Wyróżniona praca w formacie pdf

X LICEUM OGÓLNOKSZTAŁCĄCE W GDYNII
IM. GDYŃSKICH NAUCZYCIELI BOHATERÓW II WOJNY ŚWIATOWEJ
ZASTOSOWANIE ELICYTORÓW BIOTYCZNYCH POCHODZENIA
BAKTERYJNEGO W ROŚLINNYCH KULTURACH IN VITRO
DIONAEA MUSCIPULA I DROSERA CUNEIFOLIA W CELU
POZYSKANIA SUBSTANCJI BIOLOGICZNIE CZYNNYCH
Aleksandra Siluta
Klasa IIe
Opiekun: mgr Ewa Faka
PODZIĘKOWANIA
Realizacja pracy była łatwiejsza, dzięki wsparciu, inspiracji i cennym
uwagom prof. dr hab. inż. Aleksandry Królickiej. Jestem jej bardzo
wdzięczna za umożliwienie prowadzenie badań w Katedrze Biotechnologii
Uniwersytetu Gdańskiego i Gdańskiego Uniwersytetu Medycznego.
Gdynia, 2015
STRESZCZENIE
Rośliny owadożerne są źródłem związków biologicznie czynnych
(metabolitów wtórnych) z grupy naftochinonów i flawonoidów. Poziom tych
związków może być zwiększony dzięki zastosowaniu elicytorów (wyzwalaczy) w
roślinnych kulturach in vitro. Badania prowadzono z wykorzystaniem kultur in
vitro 2 gatunków roślin owadożernych: Drosera cuneifolia i Dionaea muscipula.
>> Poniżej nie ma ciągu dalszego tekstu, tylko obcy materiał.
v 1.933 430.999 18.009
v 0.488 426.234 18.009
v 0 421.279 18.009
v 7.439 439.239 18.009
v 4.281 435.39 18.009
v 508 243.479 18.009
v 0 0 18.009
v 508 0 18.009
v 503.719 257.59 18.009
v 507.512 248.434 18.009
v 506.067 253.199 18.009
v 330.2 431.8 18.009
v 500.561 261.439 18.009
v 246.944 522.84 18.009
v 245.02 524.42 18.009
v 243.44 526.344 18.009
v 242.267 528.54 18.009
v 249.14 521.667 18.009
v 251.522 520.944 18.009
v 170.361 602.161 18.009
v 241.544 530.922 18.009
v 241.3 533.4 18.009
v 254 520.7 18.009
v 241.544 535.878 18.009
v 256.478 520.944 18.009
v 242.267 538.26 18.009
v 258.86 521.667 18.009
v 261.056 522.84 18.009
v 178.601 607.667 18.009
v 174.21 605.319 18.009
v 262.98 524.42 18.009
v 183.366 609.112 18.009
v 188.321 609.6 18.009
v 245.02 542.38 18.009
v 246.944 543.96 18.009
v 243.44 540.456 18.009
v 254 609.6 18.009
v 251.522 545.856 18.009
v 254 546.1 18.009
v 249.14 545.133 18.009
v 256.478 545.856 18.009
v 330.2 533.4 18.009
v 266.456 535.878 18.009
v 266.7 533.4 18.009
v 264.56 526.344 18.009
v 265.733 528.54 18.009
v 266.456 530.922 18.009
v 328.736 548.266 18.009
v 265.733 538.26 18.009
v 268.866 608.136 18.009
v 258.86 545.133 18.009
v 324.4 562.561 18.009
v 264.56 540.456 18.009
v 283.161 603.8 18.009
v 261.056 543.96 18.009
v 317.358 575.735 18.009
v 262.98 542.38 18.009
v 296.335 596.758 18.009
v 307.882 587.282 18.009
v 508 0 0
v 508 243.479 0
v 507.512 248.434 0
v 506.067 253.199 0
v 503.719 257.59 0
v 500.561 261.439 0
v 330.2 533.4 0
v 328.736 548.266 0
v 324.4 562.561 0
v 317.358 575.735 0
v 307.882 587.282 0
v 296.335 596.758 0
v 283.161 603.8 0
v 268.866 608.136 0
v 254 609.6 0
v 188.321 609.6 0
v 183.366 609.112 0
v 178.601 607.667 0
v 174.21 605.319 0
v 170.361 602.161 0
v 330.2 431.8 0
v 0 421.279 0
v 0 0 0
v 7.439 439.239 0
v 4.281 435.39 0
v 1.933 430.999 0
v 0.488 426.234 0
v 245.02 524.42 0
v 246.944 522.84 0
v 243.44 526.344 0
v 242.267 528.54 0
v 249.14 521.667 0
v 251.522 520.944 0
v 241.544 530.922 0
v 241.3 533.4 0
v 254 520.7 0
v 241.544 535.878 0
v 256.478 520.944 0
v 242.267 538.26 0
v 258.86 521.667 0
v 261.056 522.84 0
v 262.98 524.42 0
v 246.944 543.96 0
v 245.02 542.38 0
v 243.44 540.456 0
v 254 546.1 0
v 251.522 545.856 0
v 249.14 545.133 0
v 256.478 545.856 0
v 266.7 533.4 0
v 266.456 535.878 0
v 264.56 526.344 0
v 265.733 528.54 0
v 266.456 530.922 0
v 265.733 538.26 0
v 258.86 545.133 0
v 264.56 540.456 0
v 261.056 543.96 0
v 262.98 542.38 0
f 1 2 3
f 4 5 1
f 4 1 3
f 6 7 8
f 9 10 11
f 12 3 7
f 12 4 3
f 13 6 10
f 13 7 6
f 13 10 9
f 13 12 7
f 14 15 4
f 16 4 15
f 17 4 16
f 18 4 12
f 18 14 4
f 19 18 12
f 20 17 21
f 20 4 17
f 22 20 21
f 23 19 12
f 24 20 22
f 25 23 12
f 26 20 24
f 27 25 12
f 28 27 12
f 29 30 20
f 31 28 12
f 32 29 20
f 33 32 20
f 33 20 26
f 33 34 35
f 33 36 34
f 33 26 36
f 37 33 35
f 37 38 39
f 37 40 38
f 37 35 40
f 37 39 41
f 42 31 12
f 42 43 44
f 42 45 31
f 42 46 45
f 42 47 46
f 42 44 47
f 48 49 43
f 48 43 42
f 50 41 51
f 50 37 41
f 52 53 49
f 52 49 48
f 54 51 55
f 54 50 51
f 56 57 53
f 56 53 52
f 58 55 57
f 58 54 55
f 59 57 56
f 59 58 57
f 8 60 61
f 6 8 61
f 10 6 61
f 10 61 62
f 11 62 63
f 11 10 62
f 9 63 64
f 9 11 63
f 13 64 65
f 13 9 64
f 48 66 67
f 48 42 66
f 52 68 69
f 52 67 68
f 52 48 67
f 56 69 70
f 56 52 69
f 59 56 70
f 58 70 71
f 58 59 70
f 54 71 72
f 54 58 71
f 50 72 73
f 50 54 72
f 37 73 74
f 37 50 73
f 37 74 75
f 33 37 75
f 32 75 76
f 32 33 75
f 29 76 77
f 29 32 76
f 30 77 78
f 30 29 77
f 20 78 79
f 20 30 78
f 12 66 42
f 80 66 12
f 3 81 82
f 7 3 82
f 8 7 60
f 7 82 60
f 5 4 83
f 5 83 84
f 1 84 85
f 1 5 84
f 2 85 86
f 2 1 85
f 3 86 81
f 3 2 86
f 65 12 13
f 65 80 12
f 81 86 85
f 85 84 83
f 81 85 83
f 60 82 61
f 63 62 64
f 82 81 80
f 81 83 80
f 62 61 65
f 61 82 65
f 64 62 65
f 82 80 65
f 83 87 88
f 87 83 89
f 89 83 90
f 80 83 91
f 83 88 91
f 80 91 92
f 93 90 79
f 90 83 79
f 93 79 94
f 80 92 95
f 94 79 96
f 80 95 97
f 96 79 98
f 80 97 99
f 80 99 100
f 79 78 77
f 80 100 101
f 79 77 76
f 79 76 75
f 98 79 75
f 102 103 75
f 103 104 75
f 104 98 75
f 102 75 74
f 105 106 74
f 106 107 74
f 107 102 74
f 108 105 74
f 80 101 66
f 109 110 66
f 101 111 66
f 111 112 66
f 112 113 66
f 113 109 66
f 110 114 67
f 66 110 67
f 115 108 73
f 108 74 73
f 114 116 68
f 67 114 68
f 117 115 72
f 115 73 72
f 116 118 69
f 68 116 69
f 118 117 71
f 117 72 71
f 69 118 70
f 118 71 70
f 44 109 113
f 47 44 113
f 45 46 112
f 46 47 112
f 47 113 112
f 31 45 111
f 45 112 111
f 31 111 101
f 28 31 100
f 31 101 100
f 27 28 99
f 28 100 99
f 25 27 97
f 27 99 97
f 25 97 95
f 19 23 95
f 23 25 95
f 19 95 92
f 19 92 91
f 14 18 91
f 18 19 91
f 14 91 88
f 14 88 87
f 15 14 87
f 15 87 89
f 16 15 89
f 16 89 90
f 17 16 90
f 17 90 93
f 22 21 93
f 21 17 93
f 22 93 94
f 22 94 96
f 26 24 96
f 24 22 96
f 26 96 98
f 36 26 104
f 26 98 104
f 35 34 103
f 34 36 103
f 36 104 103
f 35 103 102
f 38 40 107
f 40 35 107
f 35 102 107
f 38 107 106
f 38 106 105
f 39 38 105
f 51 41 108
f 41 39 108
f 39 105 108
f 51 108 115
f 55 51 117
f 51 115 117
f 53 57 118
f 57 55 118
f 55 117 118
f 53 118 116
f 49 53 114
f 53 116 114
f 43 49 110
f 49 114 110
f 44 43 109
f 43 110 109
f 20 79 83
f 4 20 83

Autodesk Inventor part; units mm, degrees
ref_plane "YZ Plane" through (0, 0, 0) normal (1, 0, 0) x (0, 1, 0)
ref_plane "XZ Plane" through (0, 0, 0) normal (0, 1, 0) x (-1, 0, 0)
ref_plane "XY Plane" through (0, 0, 0) normal (0, 0, 1) x (1, 0, 0)
sketch "Sketch1" plane through (0, 0, 0) normal (0, 0, 1) x (1, 0, 0)
  line L0 (0, 0) -> (508, 0)
  line L1 (508, 0) -> (508, 609.6)
  line L2 (508, 609.6) -> (0, 609.6)
  line L3 (0, 609.6) -> (0, 0)
  line L4 (254, 609.6) -> (177.8, 609.6)
  line L5 (177.8, 609.6) -> (125.7631, 609.6)
  line L6 (254, 609.6) -> (330.2, 609.6)
  line L7 (177.8, 609.6) -> (0, 431.8)
  line L8 (177.8, 609.6) -> (429.2472, 609.6) construction
  line L9 (330.2, 609.6) -> (330.2, 431.8)
  line L10 (330.2, 431.8) -> (508, 254)
  circle A0 centre (254, 533.4) radius 12.7
  dimension "d0" = 508
  dimension "d1" = 609.6
  dimension "d2" = 76.2
  dimension "d3" = 76.2
  dimension "d4" = 135
  dimension "d5" = 135
  dimension "d6" = 25.4
  dimension "d7" = 76.2
  dimension "d10" = 177.8
  dimension "d11" = 538.8154
  dimension "d12" = 254
  dimension "d13" = 382.2369
  dimension "d14" = 254
extrude "Extrusion1" add sketch "Sketch1" along normal blind 18.0086 contours L3 L7 L2 L9 L10 L1 L0
fillet "Fillet1" radius 76.2 1 edges at (330.2, 609.6, 9.0043)
fillet "Fillet2" radius 25.4 1 edges at (177.8, 609.6, 9.0043)
fillet "Fillet3" radius 25.4 1 edges at (0, 431.8, 9.0043)
fillet "Fillet4" radius 25.4 1 edges at (508, 254, 9.0043)
properties part number "base side"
Hodowle prowadzono na pożywce płynnej Murashige i Skoog (½ MS) i pożywce
½ MS bez dodatku soli azotowych. W pożywce zastosowano również elicytor w
postaci autoklawowanego lizatu bakterii Enterobacter sakazaki.
Badania dowiodły, iż zastosowany elicytor nie wykazał istotnego wpływu
na poziom naftochinonów w tkankach roślin owadożernych, które oznaczono
przy pomocy wysokosprawnej chromatografii cieczowej. Wykazano również,
iż
ekstrakty
z
roślin
owadożernych
miały
silne
właściwości
przeciwdrobnoustrojowe w stosunku do bakterii G (+)– Staphylococcus aureus
i grzyba – Candida albicans. Najwyższą oporność na ekstrakty wykazywał
Pseudomonas aeruginosa – G (-) bakteryjny patogen człowieka. Różna wrażliwość
patogenów na metabolity wtórne z roślin owadożernych jest zależna od budowy
ściany komórkowej oraz zawartości związków biologicznie czynnych –
naftochinonów i najprawdopodobniej flawonoidów.
WSTĘP
Rośliny wytwarzają metabolity wtórne, czyli związki chemiczne aktywne
biologicznie, które nie są niezbędne dla funkcjonowania i przeprowadzania
podstawowych procesów życiowych rośliny, ale pełnią znaczącą rolę
w przystosowaniu do warunków otaczającego środowiska. Metabolity wtórne
są wykorzystywane przez człowieka do produkcji leków, kosmetyków,
barwników, dodatków do żywności (przyprawy, aromaty, używki)
oraz biopestycydów. W roślinach pełnią one funkcje obronne, allelopatyczne oraz
jako atraktanty dla owadów i innych zwierząt. Elicytory odgrywają znaczącą rolę
w produkcji wtórnych metabolitów. Działają one na zasadzie czynników
„stresowych”, zmieniają metabolizm i wywołują reakcje obronne w roślinach, co
prowadzi do gromadzenia się metabolitów wtórnych. W roślinnych kulturach in
vitro stosuje się elicytory w celu podwyższenia poziomu metabolitów wtórnych
w tkankach roślinnych.
Pierwszym celem badań było sprawdzenie jaki wpływ ma elicytor - lizat
bakteryjny Enterobacter sakazaki na produkcję naftochinonów (plumbaginy
i ramentaceonu) w tkankach roślin owadożernych z gatunku Dionaea muscipula i
Drosera cuneifolia w roślinnych kulturach in vitro. Drugim celem projektu było
zbadanie czy zastosowana elicytacja zwiększy skuteczność bakterioi grzybobójczą ekstraktów uzyskanych z roślin w stosunku do groźnych
patogenów bakteryjnych człowieka z gatunku S. aureus i P. aeruginosa
oraz grzybowych – C. albicans.
MATERIAŁY I METODY
1. Hodowla roślin owadożernych in vitro i elicytacja metabolitów wtórnych.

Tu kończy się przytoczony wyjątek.